The latest club to launch in San Francisco -- Club 53 -- last Friday night by Israeli brothers Yonatan and Gad Maor, has an impressive list of musicians lined up to visit and perform, including Far East Movement, Mayday Parade, Escape The Fate, and Daniel Bedingfield.
The brothers’ company, Shaker, has partnerships with BandPage, a leading platform for musicians online, and Live Nation, which will promote tours to Club 53, including the Rockstar Energy Drink Mayhem Festival and the Rockstar Energy Drink UPROAR Festival.
What’s different about the Maor brothers’ club is that it is all virtual; its only “address” is Facebook.
Club 53 is the first public virtual environment launched in the U.S. by Shaker, which over the past year has been operating similar online venues in Israel.
As you can probably see from the screenshot above, once you sign in via your Facebook account, and enter a Shaker room, your avatar is able to move around that environment, with your Facebook identity clearly displayed.
The avatars of your friends will be wearing blue shirts; friends of friends will wear yellow, and others will wear gray.
These “Shakers” (carriers of your profile) move around the room alone or in pairs, pausing to chat in small groups, dance, or buy each other virtual drinks.
Emoticons float up from above the heads of some guests, and various gestures indicate animated conversations from around the room.

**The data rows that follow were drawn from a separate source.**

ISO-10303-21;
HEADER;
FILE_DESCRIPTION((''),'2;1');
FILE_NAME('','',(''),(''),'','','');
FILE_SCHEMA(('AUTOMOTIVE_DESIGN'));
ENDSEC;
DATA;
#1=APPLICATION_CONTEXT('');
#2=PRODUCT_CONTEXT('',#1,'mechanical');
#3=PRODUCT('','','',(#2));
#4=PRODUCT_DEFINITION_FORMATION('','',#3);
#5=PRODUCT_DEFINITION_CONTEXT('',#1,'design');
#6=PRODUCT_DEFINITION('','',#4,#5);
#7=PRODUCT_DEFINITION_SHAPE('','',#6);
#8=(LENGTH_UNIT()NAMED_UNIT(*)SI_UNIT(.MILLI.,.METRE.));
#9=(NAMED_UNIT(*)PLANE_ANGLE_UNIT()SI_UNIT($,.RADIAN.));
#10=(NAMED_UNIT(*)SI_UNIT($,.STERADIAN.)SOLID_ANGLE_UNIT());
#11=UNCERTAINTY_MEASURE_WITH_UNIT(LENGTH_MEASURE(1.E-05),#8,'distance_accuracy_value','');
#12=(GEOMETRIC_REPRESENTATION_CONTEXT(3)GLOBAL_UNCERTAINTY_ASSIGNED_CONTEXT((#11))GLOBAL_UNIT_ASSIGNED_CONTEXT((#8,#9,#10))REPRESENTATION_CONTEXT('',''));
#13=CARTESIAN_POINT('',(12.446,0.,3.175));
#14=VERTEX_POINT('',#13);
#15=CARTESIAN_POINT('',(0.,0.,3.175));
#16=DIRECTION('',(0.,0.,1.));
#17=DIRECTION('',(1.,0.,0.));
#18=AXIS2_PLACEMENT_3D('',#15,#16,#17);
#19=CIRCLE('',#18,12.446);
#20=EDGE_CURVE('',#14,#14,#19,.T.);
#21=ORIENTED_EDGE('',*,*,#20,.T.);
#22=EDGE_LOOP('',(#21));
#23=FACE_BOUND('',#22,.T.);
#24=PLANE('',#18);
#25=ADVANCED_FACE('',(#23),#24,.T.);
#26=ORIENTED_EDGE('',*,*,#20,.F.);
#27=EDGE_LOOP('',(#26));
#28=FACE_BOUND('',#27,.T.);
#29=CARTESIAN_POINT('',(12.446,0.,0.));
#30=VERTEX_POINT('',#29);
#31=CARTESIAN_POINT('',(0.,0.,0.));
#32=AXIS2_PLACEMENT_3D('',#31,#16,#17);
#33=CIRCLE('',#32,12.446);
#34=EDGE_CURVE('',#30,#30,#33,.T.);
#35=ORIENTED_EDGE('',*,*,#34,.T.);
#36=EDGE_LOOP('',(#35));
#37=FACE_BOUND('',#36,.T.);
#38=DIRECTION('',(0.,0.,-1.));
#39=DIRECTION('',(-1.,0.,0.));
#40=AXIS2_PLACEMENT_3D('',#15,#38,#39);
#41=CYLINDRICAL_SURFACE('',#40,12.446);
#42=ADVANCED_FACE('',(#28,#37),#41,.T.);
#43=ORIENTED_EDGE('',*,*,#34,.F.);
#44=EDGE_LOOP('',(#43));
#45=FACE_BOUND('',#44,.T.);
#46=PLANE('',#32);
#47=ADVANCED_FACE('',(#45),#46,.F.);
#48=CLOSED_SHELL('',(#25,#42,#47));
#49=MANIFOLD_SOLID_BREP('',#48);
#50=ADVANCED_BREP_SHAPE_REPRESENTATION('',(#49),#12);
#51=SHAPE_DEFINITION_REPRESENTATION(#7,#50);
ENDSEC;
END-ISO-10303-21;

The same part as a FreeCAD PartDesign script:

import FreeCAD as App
import Part
import Sketcher

V = App.Vector
Q = App.Units.Quantity

doc = App.newDocument("Part")
body = doc.addObject("PartDesign::Body", "Body")

sketch1 = body.newObject("Sketcher::SketchObject", "Sketch")
sketch1.AttachmentSupport = (doc.getObject("XY_Plane"), [""])
sketch1.MapMode = "FlatFace"
sketch1.addGeometry(Part.Circle(V(0, 0, 0), V(0, 0, 1), 12.446), False)
sketch1.addConstraint(Sketcher.Constraint("Coincident", 0, 3, -1, 1))
sketch1.addConstraint(Sketcher.Constraint("Diameter", 0, Q("0.98 in")))
pad1 = body.newObject("PartDesign::Pad", "Pad")
pad1.Profile = sketch1
pad1.Length = Q("0.125 in")

doc.recompute()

There’s music and a sense of excitement in the air.
Shaker Co-Founder and CEO Yonatan Maor said the idea for the company came to him after a particularly fun night out on the town in Tel Aviv a couple years ago.
“I started to think about why we didn’t have those sort of live, vivid social experiences online, on Facebook, so my co-founders and I decided to create a platform to allow that.”
(There are nine co-founders including the Maor brothers.)
A large part of the interactive experience at Shaker is based on perfecting proximity-based chat. Up to six people can chat in one location at one time.
When you move around the room and approach other people, some of the things you have in common (such as other friends or favorite bands) become visible, facilitating conversations.
“Like all good ideas, Club 53 came to us from the users,” says Maor. (And, specifically in this case, from users who are musicians.)
“These artists starting using Shaker to promote their work. They’d come to the venues and we’d play their music. They made repeat visits. It was helpful for them. It became clear that with people hanging out and artists crashing the party, so to speak, there was an opportunity here.”
In a larger sense, Shaker is trying to bring a sense of place to the social network.
“The question is how to recreate social circles online,” notes Maor. “Who’s going to be there? The people have to be relevant and local. We’ve done that.”
Shaker is more tightly integrated with Facebook than anything else I’ve seen, including Zynga games. It’s not hard to imagine that as Facebook evolves, it may well take on more of the look and feel of Shaker elsewhere in its interface.
Beyond venues like Club 53, Shaker has a deal with the NBA to host virtual events before and after games during the NBA Finals, which are about to begin, and it has also hosted virtual peace conferences in the Middle East.
In January this year and again in May, Shaker brought together on its platform Israelis, Palestinians, and Americans to discuss the issues that divide them. In the January conference, Secretary of State Hillary Clinton, Israeli President Shimon Peres, and Palestinian Authority President Mahmoud Abbas all pre-recorded statements about the need for peace in the Middle East that were broadcast during the event.